Se han publicado miles, sí, miles de referencias teóricas y metodológicas en torno a la seguridad ciudadana, la prevención de las violencias y de la delincuencia. Cientos de miles de especialistas producen evidencia empírica hoy día a lo largo del mundo. No alcanza la posibilidad siquiera de mantener el seguimiento de lo que se publica. Este protocolo, que ya he citado en anteriores colaboraciones, es solo una de las referencias más influyentes en los últimos años y básicamente lo que propone es vincular la prevención a la ciencia por la vía de la aplicación de metodologías que permiten la comprobación.

Cito: “¿Qué es lo que este protocolo puede aportar a los vastos conocimientos (y las intensas emociones) que muchos ciudadanos y líderes ya tienen acerca de las innovaciones en materia de justicia y prevención del delito? La respuesta se resume en una sola palabra: comprobación. La validez de una idea no puede demostrarse mediante la lógica ni el instinto. La única manera de separar las buenas ideas de las malas es ponerlas a prueba en el mundo real. La mayoría de las innovaciones en prevención del delito se ensayan, pero no se comprueban…”.

El Diccionario de la Real Academia Española define así pereza: “Negligencia, tedio o descuido en las cosas a que estamos obligados”. Esto refleja exactamente lo que una y otra y otra vez encuentro en la actitud de autoridades de los tres niveles de gobierno. Respecto a las autoridades que asumen su responsabilidad y hacen lo mejor que pueden con lo que tienen he hablado en incontables ocasiones. Me consta el esfuerzo diario comprometido de una enorme cantidad de operadores y operadoras de la seguridad ciudadana, la prevención y la justicia penal.

Esta vez hablo de quienes evaden su compromiso de una y mil maneras. Quienes deciden jamás siquiera asomarse a las violencias con mínima intención de saber qué sucede; quienes tienen empatía igual a cero con las víctimas; quienes en el mejor de los casos están acomodadas y acomodados en el impulso inercial y lo único que hacen es repetir, repetir y repetir lo que se ha hecho siempre, quizá con algún ajuste generalmente relacionado al incremento de recursos, sin contexto teórico o metodológico de referencia alguno.

Mi experiencia sugiere que la pereza de muchas y muchos entre quienes tienen que tomar decisiones que implican recursos públicos para reducir las violencias tiene una influencia mayor en su reproducción, precisamente porque la negligencia inhabilita la construcción de posibles salidas.
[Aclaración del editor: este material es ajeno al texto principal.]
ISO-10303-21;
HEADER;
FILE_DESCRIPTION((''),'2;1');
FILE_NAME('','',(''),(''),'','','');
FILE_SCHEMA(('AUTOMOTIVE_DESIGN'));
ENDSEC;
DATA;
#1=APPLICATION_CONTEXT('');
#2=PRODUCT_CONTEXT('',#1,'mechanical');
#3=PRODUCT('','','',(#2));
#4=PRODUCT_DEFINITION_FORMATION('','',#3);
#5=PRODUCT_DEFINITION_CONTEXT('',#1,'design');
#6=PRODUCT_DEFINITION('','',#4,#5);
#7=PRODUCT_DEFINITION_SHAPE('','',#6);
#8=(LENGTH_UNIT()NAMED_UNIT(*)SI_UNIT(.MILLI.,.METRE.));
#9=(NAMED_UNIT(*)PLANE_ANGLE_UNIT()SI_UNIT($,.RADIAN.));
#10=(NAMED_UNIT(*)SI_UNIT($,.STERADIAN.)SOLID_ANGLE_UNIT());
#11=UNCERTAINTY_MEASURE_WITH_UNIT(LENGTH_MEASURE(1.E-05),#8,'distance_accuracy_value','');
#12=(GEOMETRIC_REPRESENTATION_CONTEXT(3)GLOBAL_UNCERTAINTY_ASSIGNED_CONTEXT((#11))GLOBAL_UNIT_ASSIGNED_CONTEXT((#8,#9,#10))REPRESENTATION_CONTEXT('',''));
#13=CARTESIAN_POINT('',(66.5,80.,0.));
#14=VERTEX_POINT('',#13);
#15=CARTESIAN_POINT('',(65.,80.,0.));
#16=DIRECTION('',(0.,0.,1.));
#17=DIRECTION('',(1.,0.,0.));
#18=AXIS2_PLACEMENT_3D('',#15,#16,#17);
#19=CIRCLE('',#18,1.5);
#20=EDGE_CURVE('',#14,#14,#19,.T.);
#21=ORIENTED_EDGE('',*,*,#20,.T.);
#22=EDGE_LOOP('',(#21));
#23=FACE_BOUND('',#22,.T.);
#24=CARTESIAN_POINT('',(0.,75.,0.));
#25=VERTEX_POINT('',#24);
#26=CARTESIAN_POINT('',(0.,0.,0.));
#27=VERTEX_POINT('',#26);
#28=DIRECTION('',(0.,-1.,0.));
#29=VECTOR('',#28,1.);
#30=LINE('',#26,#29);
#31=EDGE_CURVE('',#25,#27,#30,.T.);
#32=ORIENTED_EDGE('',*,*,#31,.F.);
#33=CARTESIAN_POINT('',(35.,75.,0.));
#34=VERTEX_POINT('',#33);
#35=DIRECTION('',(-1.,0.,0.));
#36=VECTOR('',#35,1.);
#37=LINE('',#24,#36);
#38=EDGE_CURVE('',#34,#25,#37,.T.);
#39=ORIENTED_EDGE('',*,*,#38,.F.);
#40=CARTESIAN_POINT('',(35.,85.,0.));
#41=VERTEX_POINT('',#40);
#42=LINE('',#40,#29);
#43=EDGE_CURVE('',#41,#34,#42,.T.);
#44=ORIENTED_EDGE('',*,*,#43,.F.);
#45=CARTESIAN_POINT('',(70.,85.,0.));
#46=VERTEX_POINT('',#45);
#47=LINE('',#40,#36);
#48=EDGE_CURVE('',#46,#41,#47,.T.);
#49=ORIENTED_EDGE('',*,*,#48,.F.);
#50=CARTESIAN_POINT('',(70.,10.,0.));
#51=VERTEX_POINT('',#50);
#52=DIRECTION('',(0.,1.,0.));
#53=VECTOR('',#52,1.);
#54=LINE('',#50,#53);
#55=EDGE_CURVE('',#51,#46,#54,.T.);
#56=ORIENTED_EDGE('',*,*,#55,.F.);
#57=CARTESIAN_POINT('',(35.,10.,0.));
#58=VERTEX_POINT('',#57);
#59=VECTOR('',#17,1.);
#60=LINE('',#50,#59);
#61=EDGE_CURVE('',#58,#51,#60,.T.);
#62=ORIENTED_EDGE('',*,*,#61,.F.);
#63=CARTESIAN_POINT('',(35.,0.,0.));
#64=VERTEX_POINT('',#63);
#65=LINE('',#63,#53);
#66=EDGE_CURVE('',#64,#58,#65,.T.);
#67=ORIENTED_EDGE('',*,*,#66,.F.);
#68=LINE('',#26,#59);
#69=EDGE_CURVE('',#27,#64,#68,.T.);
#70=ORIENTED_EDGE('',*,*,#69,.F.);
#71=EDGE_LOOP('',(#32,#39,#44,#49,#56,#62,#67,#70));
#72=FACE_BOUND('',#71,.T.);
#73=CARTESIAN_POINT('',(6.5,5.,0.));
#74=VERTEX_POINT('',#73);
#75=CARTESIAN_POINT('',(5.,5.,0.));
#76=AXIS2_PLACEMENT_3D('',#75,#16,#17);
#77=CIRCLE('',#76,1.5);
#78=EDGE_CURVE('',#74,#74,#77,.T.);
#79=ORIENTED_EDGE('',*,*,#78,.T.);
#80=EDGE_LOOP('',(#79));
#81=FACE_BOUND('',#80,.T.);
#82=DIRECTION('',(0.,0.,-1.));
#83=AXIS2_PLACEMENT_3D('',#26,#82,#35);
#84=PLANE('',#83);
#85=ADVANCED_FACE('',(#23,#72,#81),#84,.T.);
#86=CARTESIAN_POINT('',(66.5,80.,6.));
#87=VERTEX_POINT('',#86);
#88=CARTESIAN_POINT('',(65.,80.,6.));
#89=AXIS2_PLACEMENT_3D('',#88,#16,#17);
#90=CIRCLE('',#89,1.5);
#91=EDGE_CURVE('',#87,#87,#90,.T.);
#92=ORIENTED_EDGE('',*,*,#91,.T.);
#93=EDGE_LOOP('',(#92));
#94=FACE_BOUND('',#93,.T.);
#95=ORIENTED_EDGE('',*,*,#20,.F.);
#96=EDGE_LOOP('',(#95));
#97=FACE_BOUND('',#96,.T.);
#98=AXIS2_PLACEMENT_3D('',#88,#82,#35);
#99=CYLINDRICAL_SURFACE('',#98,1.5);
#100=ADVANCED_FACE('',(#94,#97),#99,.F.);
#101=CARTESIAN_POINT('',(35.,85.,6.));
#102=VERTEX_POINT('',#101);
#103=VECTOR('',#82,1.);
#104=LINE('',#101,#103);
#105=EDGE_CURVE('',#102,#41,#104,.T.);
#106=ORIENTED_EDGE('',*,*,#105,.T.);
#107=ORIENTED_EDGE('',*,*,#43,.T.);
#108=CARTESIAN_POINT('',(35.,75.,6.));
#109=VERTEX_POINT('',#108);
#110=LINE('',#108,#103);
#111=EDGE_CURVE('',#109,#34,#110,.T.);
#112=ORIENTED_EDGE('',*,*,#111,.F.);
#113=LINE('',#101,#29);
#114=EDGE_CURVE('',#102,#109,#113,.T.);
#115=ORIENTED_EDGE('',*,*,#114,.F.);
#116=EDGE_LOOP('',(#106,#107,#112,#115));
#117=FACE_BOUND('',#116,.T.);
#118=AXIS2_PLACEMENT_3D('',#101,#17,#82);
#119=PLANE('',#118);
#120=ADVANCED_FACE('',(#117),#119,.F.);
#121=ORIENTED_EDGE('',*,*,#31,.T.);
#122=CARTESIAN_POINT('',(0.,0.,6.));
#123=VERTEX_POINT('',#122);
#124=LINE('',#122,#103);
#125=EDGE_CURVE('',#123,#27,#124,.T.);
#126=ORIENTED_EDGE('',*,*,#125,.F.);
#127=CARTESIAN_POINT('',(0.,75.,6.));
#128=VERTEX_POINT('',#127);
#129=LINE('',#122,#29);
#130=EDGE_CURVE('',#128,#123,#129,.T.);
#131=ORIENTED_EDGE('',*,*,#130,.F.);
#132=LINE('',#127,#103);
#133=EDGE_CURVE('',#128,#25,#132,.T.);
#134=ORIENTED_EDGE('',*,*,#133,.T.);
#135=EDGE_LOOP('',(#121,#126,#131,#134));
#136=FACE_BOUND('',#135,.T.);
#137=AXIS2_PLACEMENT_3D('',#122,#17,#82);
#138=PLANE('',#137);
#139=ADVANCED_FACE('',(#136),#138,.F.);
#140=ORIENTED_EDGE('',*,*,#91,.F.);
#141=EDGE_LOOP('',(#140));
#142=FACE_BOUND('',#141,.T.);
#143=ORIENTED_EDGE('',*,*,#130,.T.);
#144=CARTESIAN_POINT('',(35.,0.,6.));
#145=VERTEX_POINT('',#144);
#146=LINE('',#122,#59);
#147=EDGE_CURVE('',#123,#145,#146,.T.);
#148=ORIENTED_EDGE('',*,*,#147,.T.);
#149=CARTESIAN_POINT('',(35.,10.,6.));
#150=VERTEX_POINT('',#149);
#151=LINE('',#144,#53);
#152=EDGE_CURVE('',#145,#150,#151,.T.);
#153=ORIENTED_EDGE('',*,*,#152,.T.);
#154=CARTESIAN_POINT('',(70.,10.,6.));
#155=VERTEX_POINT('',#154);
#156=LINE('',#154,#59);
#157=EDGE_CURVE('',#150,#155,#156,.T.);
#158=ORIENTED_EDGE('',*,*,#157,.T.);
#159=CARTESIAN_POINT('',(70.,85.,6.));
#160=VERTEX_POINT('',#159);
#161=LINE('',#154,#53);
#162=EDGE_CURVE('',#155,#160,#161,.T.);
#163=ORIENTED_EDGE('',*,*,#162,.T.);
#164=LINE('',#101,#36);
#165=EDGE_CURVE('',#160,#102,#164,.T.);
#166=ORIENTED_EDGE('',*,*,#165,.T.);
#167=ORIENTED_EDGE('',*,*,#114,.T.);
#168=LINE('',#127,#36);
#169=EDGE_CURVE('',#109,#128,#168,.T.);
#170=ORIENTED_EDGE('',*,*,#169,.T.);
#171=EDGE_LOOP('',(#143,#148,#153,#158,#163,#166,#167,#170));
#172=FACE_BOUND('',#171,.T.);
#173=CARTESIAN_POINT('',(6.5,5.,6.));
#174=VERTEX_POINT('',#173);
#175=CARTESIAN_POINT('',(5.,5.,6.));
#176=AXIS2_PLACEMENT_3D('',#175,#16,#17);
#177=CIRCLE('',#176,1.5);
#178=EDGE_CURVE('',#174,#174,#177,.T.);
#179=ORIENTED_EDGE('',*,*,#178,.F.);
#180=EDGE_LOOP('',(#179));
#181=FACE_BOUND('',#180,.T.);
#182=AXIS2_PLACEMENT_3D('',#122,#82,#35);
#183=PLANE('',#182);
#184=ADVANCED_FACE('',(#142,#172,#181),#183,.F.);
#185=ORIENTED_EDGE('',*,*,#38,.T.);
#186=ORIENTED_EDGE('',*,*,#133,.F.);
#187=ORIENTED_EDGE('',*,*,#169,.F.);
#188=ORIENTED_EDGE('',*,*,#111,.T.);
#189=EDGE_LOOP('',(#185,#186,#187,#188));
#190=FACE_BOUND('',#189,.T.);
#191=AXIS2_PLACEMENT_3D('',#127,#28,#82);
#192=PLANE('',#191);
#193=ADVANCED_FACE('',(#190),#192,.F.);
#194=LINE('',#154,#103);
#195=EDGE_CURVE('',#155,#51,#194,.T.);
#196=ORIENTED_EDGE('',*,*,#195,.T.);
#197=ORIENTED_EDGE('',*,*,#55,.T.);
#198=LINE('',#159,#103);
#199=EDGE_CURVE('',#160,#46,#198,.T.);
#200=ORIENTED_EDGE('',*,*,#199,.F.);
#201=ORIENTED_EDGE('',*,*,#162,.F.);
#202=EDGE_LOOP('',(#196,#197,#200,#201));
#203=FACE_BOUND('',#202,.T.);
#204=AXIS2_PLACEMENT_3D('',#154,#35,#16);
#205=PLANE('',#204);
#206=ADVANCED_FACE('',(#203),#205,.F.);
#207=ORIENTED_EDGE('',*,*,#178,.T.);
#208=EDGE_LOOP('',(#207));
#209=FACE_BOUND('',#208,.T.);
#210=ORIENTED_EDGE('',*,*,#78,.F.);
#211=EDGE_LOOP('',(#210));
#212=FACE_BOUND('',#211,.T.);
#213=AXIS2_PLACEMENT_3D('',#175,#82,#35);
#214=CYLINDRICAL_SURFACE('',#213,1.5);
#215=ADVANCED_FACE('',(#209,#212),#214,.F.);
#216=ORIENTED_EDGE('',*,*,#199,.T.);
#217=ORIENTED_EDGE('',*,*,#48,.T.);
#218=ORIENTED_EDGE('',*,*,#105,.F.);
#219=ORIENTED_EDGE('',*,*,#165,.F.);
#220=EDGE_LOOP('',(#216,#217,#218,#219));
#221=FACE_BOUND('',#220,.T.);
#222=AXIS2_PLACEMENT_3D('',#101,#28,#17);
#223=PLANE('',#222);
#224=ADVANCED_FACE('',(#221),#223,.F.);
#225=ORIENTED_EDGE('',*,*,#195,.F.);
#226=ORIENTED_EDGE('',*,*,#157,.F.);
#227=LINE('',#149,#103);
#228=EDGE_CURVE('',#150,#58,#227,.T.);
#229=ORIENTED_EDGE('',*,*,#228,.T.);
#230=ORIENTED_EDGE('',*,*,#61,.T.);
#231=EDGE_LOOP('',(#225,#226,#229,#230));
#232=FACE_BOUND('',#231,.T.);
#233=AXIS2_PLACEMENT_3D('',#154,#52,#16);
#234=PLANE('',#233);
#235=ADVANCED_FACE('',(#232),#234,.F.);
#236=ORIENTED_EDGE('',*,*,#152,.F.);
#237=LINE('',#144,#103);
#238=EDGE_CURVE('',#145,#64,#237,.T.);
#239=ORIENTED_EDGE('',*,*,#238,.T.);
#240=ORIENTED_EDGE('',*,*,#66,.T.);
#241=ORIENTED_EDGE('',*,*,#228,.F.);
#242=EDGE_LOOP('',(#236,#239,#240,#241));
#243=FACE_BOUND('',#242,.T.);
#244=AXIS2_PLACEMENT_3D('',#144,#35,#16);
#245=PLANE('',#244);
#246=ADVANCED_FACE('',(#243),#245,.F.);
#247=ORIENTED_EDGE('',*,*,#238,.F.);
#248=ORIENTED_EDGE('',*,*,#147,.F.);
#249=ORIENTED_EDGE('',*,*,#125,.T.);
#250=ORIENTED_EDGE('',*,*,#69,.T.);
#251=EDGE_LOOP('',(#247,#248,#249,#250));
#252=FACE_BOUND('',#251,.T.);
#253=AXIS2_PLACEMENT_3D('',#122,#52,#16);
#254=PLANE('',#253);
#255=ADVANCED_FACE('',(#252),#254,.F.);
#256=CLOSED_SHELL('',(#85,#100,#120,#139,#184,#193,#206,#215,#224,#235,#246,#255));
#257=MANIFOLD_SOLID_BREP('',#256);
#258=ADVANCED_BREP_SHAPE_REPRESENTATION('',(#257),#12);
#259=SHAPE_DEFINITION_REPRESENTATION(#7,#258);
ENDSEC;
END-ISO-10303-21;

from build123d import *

# Parameters (mm, degrees)
SKETCH1_R           = 1.5
BOSS_EXTRUDE1_DEPTH = 6


with BuildPart() as part:
    # Sketch1 → Boss-Extrude1 (new body)
    with BuildSketch(Plane.XY):
        Polygon((0, 0), (35, 0), (35, 10), (70, 10), (70, 85), (35, 85), (35, 75), (0, 75), align=None)
        with Locations((65, 80)):
            Circle(SKETCH1_R, mode=Mode.SUBTRACT)
        with Locations((5, 5)):
            Circle(SKETCH1_R, mode=Mode.SUBTRACT)
    extrude(amount=BOSS_EXTRUDE1_DEPTH)


solid = part.part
Los indicios de la inexistente vinculación entre la prevención y la ciencia, como lo propone Sherman, están ante nuestros ojos todo el tiempo. Un día sí y otro también las autoridades informan lo que hacen en este tema sin plataforma de argumentación mínima alguna, basada en el conocimiento disponible. Y desde luego prácticamente nunca aparecen explicaciones fundamentadas sobre la distancia entre las promesas y los resultados.

Es cierto, las implicaciones técnicas de los métodos modernos para reducir las violencias son complejas y muchas veces costosas. Pero la pereza que miro en tantas ocasiones ni siquiera permite que se hagan las preguntas para, desde esos métodos, buscar alternativas más sencillas y de bajo costo.

El subterfugio preferido de las y los perezosos es repetir una y otra vez la promesa de las políticas de seguridad integrales, sin siquiera intentar llenarla con significado alguno. Es la escapatoria que termina cerrando la puerta al cambio orientado hacia la construcción de políticas de seguridad y prevención vinculadas a la ciencia. Si las autoridades en tantos y tantos lugares al menos se dieran un tiempo para leer, por ejemplo, el Protocolo para la Prevención del Delito a partir de la Evidencia antes citado, tal vez habría alguna oportunidad para reducir las violencias en muchas más comunidades. Es profundamente frustrante y doloroso.